Yes "mrityu" is a very Hindi term (meaning it wouldn't be used in Urdu). The transcription would be: 

मृत्यु = Mrityu (not "Mrit*h*yu" - that would mean the "t" is aspirated but it's not! )

In Urdu, the word "maut" is most often used if you're talking about death in _general_. e.g "death must be very difficult"/"Death is not easy". stuff like that.
The word "Intiqaal" is usually used when saying things like "He's passed away". In Urdu, "He passed away" would be "Uss ki intiqaal ho gayee" (literally "his death has happened"). However, you could also argue that "maut" here could be used in place of "intiqaal" - but I think it would sound a bit "harsh" - hence i deduce that "Intiqaal" would be a euphemism.

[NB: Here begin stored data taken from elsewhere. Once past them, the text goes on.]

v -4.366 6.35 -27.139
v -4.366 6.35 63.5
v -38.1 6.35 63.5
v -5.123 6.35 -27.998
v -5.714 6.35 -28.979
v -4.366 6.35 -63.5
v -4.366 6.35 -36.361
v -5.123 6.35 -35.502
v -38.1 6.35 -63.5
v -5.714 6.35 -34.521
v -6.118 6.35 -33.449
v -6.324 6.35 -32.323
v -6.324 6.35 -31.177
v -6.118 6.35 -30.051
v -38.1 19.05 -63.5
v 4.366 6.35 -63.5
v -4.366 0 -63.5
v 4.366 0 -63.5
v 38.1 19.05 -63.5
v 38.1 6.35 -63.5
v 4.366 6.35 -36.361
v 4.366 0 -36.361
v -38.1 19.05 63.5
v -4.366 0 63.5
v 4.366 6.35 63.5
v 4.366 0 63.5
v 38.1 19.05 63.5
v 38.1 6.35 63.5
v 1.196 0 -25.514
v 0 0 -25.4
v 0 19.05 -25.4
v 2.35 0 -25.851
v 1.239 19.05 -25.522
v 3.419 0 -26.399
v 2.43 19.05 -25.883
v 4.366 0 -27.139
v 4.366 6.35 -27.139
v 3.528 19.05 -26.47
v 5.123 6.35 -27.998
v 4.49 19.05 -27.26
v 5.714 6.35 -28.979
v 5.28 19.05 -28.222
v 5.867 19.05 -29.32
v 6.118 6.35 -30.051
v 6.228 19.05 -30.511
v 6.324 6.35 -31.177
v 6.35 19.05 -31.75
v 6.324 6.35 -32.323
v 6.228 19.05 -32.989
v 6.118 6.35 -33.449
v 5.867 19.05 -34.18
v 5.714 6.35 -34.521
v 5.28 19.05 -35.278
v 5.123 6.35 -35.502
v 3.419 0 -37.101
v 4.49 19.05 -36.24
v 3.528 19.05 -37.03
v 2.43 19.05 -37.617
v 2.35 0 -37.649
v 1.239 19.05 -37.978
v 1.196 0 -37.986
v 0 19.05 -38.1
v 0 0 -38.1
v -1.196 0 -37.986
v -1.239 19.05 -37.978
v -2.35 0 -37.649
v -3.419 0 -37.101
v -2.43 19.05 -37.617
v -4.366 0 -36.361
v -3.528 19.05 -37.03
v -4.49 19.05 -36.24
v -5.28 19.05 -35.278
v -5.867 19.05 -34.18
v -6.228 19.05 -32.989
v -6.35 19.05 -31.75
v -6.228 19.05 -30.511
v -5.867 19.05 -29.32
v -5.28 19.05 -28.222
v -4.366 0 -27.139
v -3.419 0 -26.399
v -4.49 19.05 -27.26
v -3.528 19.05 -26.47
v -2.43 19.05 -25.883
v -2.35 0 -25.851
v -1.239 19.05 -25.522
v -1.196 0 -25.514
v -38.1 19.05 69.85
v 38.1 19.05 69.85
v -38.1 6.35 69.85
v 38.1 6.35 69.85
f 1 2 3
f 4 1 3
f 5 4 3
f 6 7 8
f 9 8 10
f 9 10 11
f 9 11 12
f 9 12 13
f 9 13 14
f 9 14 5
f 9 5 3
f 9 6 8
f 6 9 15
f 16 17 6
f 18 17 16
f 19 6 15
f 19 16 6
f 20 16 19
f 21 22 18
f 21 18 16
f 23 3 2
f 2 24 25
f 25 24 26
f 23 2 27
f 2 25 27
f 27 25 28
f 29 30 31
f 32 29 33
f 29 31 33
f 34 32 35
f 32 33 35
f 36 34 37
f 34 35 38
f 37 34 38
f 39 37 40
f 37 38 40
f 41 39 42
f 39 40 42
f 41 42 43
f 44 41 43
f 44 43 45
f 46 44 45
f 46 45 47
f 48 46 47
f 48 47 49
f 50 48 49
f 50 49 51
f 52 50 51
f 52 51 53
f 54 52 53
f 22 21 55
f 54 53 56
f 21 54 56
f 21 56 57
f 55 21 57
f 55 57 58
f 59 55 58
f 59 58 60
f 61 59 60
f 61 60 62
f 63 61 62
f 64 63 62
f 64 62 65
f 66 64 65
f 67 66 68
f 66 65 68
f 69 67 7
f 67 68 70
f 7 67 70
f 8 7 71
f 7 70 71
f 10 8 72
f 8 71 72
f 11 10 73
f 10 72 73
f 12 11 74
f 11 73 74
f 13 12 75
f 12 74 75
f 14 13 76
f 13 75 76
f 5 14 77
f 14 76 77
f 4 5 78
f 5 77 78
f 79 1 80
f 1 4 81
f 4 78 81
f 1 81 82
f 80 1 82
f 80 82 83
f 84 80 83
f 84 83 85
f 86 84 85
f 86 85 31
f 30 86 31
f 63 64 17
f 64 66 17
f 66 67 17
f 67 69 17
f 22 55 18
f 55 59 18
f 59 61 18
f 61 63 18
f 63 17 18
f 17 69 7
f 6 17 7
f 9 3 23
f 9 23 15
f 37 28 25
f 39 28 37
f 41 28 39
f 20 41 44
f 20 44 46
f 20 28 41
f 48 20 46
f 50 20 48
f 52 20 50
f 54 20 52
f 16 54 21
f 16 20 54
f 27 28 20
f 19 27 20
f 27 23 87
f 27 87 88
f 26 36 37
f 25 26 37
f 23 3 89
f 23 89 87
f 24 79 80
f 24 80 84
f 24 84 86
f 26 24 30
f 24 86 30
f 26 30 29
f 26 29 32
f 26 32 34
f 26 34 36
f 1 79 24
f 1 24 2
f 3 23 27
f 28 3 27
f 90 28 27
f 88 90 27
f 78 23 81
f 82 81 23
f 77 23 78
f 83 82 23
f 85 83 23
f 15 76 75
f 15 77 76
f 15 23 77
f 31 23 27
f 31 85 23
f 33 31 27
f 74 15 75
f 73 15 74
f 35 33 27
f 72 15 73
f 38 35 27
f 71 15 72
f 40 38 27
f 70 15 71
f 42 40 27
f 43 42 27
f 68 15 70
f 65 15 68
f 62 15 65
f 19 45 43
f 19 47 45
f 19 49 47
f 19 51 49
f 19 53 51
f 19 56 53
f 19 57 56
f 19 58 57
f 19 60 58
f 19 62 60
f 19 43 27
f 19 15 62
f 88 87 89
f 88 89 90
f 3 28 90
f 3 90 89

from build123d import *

# Parameters (mm, degrees)
SKETCH1_W           = 76.2
SKETCH1_H           = 127
BOSS_EXTRUDE1_DEPTH = 19.05
SKETCH2_R           = 6.35
CUT_EXTRUDE1_DEPTH  = 77.464125575
SKETCH3_W           = 76.2
SKETCH3_H           = 19.05
BOSS_EXTRUDE2_DEPTH = 6.35
SKETCH4_W           = 33.734375
SKETCH4_H           = 6.35
CUT_EXTRUDE2_DEPTH  = 140.9883388
SKETCH5_W           = 8.73125
SKETCH5_H           = 6.35
CUT_EXTRUDE3_DEPTH  = 6.35


with BuildPart() as part:
    # Sketch1 → Boss-Extrude1 (new body)
    with BuildSketch(Plane(origin=(0, 0, 0), x_dir=(1, 0, 0), z_dir=(0, 1, 0))):
        Rectangle(SKETCH1_W, SKETCH1_H)
    extrude(amount=BOSS_EXTRUDE1_DEPTH)

    # Sketch2 → Cut-Extrude1 (cut, through all)
    with BuildSketch(Plane(origin=(0, 19.05, 0), x_dir=(1, 0, 0), z_dir=(0, 1, 0))):
        with Locations(Location((0, 31.75, 0), (0, 0, 270))):
            Circle(SKETCH2_R)
    extrude(amount=-CUT_EXTRUDE1_DEPTH, mode=Mode.SUBTRACT)


with BuildPart() as body_2:
    # Sketch3 → Boss-Extrude2 (new body)
    with BuildSketch(Plane.XY.offset(63.5)):
        with Locations((0, 9.525)):
            Rectangle(SKETCH3_W, SKETCH3_H)
    extrude(amount=BOSS_EXTRUDE2_DEPTH)


with BuildPart() as cut_extrude2_tool:
    # Sketch4 → Cut-Extrude2 (new, through all)
    with BuildSketch(Plane(origin=(0, 0, -63.5), x_dir=(-1, 0, 0), z_dir=(0, 0, -1))):
        with Locations((-21.2328125, 3.175)):
            Rectangle(SKETCH4_W, SKETCH4_H)
        with Locations((21.2328125, 3.175)):
            Rectangle(SKETCH4_W, SKETCH4_H)
    extrude(amount=-CUT_EXTRUDE2_DEPTH)


with BuildPart() as part_1:
    add(part.part)

    # Cut-Extrude2: cut by cut_extrude2_tool
    add(cut_extrude2_tool.part, mode=Mode.SUBTRACT)


with BuildPart() as body_2_1:
    add(body_2.part)

    # Cut-Extrude2: cut by cut_extrude2_tool
    add(cut_extrude2_tool.part, mode=Mode.SUBTRACT)

    # Sketch5 → Cut-Extrude3 (cut)
    with BuildSketch(Plane.XY.offset(69.85)):
        with Locations((0, 3.175)):
            Rectangle(SKETCH5_W, SKETCH5_H)
    extrude(amount=-CUT_EXTRUDE3_DEPTH, mode=Mode.SUBTRACT)


solid = Compound([part_1.part, body_2_1.part])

Another small thing - Remember how we keep discussing whether Urdu and Hindi are the same language? Well one thing that is always said is that "Hindi has more sanskritic influence whereas Urdu has more Arabic/Persian influence". Well "Intiqaal" is a classic example of that - "Intiqaal" comes from the Arabic "qatala".


----------



## cherine

linguist786 said:
			
		

> The word "Intiqaal" is usually used when saying things like "He's passed away". In Urdu, "He passed away" would be "Uss ki intiqaal ho gayee" (literally "his death has happened"). However, you could also argue that "maut" here could be used in place of "intiqaal" - but I think it would sound a bit "harsh" - hence i deduce that "Intiqaal" would be a euphemism.

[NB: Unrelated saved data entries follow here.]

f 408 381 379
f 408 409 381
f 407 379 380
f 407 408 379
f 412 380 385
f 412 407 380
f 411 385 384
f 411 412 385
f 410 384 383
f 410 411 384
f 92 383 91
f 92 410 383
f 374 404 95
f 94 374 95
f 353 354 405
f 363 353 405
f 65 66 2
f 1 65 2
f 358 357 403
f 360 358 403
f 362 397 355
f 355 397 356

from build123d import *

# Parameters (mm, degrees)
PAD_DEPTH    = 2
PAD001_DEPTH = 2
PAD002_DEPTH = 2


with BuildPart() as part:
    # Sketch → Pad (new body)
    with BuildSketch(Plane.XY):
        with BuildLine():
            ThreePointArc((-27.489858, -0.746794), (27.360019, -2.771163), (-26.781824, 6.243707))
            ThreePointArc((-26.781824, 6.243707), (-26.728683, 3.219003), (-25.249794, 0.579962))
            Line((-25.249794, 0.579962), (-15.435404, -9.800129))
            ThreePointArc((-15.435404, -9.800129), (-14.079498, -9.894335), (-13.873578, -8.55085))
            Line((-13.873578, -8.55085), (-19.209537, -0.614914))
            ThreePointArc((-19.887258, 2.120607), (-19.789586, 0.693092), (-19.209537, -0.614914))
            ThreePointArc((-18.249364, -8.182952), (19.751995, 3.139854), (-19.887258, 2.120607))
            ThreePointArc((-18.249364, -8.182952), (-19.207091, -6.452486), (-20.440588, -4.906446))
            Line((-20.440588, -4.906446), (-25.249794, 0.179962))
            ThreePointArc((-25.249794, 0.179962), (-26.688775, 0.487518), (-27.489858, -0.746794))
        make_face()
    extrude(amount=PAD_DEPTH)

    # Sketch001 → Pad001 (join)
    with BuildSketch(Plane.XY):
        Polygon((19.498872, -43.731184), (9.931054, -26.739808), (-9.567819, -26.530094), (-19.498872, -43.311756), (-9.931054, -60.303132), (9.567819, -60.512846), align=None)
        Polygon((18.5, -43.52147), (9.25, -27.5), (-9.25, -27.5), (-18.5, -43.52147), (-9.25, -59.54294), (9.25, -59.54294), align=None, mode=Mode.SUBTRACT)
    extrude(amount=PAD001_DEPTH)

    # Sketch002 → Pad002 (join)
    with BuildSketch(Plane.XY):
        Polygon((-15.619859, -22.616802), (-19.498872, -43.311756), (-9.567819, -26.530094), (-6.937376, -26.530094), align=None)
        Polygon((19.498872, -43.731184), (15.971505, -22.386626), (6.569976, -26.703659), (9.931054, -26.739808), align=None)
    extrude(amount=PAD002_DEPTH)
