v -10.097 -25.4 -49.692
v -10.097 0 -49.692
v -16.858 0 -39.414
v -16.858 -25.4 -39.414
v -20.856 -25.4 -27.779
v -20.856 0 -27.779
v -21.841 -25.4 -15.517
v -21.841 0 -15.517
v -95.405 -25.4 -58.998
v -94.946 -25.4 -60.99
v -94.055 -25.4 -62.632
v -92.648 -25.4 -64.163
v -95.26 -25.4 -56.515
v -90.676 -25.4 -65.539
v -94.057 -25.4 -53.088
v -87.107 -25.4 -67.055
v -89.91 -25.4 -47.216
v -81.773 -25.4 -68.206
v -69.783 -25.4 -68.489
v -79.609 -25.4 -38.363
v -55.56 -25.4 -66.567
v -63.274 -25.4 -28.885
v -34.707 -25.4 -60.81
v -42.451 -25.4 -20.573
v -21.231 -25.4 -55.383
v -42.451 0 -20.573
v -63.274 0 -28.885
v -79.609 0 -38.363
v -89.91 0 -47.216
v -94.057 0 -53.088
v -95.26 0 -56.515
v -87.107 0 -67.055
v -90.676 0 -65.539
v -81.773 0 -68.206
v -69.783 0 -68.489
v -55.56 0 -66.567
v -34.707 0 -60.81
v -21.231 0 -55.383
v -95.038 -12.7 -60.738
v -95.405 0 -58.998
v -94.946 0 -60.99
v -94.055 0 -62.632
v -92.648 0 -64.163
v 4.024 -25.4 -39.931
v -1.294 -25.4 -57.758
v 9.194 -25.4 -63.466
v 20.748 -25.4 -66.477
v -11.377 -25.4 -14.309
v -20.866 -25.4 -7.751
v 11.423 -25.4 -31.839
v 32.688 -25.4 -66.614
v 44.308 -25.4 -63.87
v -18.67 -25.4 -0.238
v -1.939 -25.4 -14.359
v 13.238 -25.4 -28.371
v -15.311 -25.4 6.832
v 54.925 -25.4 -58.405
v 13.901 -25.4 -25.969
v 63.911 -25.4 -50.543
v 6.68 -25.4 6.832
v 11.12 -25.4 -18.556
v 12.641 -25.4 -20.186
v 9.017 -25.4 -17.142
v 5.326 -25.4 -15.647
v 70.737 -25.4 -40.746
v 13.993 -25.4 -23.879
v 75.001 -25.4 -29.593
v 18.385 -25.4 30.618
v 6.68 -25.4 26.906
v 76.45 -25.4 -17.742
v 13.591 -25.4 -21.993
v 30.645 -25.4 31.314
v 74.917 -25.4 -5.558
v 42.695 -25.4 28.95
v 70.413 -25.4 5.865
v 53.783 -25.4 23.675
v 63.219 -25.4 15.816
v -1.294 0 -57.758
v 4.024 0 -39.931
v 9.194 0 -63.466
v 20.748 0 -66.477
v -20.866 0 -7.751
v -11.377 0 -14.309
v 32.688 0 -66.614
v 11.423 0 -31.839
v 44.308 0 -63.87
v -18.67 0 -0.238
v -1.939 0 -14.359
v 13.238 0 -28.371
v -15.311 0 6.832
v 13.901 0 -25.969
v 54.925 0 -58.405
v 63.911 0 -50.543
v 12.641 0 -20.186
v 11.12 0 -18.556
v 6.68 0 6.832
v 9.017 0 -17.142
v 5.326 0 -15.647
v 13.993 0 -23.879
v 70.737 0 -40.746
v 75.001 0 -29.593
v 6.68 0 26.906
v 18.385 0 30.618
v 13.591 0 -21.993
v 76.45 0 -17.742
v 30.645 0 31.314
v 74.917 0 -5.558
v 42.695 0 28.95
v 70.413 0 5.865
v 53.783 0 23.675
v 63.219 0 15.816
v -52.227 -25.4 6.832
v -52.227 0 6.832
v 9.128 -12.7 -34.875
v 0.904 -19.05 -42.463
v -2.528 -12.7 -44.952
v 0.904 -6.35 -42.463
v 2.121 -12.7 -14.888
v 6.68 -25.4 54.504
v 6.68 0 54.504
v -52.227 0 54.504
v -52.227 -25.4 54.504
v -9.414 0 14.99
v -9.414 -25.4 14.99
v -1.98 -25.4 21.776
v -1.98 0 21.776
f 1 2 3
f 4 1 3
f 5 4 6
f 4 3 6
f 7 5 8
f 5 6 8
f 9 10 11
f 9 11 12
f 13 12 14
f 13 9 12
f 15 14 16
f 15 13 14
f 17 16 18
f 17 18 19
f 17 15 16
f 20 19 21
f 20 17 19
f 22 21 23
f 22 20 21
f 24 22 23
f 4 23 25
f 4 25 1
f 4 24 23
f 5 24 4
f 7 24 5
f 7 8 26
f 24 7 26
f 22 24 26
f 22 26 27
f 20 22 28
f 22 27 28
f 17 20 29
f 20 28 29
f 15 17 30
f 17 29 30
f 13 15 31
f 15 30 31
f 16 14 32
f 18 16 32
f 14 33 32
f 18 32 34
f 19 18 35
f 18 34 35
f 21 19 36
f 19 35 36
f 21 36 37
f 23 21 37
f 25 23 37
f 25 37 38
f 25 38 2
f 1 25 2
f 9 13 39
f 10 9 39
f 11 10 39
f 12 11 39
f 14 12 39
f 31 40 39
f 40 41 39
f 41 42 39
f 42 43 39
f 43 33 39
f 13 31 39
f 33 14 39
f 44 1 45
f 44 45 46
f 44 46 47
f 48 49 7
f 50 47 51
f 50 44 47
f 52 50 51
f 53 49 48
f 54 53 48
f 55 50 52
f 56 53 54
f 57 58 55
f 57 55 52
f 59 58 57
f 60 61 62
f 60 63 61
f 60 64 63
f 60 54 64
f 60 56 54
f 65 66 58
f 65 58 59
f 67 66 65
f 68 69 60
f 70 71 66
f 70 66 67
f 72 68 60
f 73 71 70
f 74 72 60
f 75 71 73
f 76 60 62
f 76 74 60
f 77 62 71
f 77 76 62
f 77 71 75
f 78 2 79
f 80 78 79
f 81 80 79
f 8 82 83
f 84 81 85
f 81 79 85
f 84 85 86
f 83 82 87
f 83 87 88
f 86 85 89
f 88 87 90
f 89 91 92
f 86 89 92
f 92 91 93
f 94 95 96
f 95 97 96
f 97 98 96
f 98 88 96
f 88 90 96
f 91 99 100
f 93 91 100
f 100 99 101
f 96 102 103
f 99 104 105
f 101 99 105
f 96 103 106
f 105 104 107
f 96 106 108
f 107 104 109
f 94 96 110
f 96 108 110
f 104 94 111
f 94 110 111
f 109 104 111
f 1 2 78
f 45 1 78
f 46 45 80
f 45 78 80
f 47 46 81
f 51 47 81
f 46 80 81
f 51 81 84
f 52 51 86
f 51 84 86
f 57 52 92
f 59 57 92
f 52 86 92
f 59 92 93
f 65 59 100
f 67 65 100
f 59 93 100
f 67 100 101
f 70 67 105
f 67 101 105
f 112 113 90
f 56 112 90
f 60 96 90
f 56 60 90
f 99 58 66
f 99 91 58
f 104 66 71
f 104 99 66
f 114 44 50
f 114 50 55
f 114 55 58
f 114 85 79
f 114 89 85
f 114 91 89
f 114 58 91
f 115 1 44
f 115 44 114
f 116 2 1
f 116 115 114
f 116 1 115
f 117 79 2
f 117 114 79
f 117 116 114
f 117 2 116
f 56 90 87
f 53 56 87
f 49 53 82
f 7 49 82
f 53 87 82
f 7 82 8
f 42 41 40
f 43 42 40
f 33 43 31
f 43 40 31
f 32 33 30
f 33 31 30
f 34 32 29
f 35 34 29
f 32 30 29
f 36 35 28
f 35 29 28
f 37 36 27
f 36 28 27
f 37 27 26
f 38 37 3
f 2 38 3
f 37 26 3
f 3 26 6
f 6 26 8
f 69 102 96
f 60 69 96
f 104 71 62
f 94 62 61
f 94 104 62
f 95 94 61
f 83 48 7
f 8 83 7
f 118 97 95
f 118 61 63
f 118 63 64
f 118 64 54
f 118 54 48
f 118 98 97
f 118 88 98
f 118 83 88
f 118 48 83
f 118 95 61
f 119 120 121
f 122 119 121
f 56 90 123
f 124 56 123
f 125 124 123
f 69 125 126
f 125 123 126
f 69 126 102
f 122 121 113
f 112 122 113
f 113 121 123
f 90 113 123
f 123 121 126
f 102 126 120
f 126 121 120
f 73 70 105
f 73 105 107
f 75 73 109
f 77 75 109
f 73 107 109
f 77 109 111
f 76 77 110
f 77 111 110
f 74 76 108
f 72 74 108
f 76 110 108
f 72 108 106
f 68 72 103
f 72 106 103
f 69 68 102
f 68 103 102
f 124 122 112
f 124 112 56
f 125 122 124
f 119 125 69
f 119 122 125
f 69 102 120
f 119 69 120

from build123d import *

# Parameters (mm, degrees)
F1_DEPTH = 25.4


with BuildPart() as f1:
    # F0 (on Front) → F1 (new body)
    with BuildSketch(Plane.XZ):
        with BuildLine():
            ThreePointArc((-10.0966715076, -49.6915544474), (-19.2221133603, -33.7221838937), (-21.8410624019, -15.5168113129))
            add(Edge.make_bspline(
                [(-21.8410624019, -15.5168113129), (-105.8196860966, -29.3638972747), (-95.0377107933, -60.7381285816), (-84.25573549, -92.1123598885), (-10.0966715076, -49.6915544474)],
                knots=[1.0936579361, 1.0936579361, 1.0936579361, 3.1372411639, 3.1372411639, 5.1808243917, 5.1808243917, 5.1808243917], degree=2, weights=[1, 0.5218384635, 1, 0.5218384635, 1]))
        make_face()
    extrude(amount=F1_DEPTH)


with BuildPart() as f1b:
    # F0 (on Front) → F1, piece 2 (new body)
    with BuildSketch(Plane.XZ):
        with BuildLine():
            Line((6.6801547073, 6.8319737911), (-15.3106102166, 6.8319737911))
            ThreePointArc((-15.3106102166, 6.8319737911), (-19.9177365411, -3.9503072765), (-21.8410624019, -15.5168113129))
            add(Edge.make_bspline(
                [(13.5911954567, -21.9925157726), (9.4321632775, -10.3602247289), (-21.8410624019, -15.5168113129)],
                knots=[0, 0, 0, 1.0936579361, 1.0936579361, 1.0936579361], degree=2, weights=[1, 0.8541776909, 1]))
            add(Edge.make_bspline(
                [(-10.0966715076, -49.6915544474), (17.7910829978, -33.7390741364), (13.5911954567, -21.9925157726)],
                knots=[5.1808243917, 5.1808243917, 5.1808243917, 6.2831853072, 6.2831853072, 6.2831853072], degree=2, weights=[1, 0.851906918, 1]))
            ThreePointArc((-10.0966715076, -49.6915544474), (44.3081827968, -63.8696064391), (76.4502558698, -17.7416055208))
            ThreePointArc((76.4502558698, -17.7416055208), (53.783080596, 23.6749028729), (6.6801547073, 26.9063692804))
            Line((6.6801547073, 26.9063692804), (6.6801547073, 6.8319737911))
        make_face()
    extrude(amount=F1_DEPTH)


with BuildPart() as f1c:
    # F0 (on Front) → F1, piece 3 (new body)
    with BuildSketch(Plane.XZ):
        with BuildLine():
            Line((-52.2266402841, 54.5039623976), (-52.2266402841, 6.8319737911))
            Line((-52.2266402841, 6.8319737911), (-15.3106102166, 6.8319737911))
            ThreePointArc((-15.3106102166, 6.8319737911), (-5.8712528687, 18.5737400502), (6.6801547073, 26.9063692804))
            Line((6.6801547073, 26.9063692804), (6.6801547073, 54.5039623976))
            Line((6.6801547073, 54.5039623976), (-52.2266402841, 54.5039623976))
        make_face()
    extrude(amount=F1_DEPTH)


solid = Compound([f1.part, f1b.part, f1c.part])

It sounds endeed like a euphemism. Christian Egyptians use the same verb "intaqala" ; they say about someone who "passed away" انتقل إلى الأمجاد السماوية "intaqala ila'l-amgaad as-samaaweyya" which literaly means "passed to the Heavenly glories".
Muslims use another euphemism : tuwuffiya ila raHmati'llaahi تُوُفِّيَ إلى رحمة الله, which means something like : passed to God's mercy.



> Well "Intiqaal" is a classic example of that - "Intiqaal" comes from the Arabic "qatala".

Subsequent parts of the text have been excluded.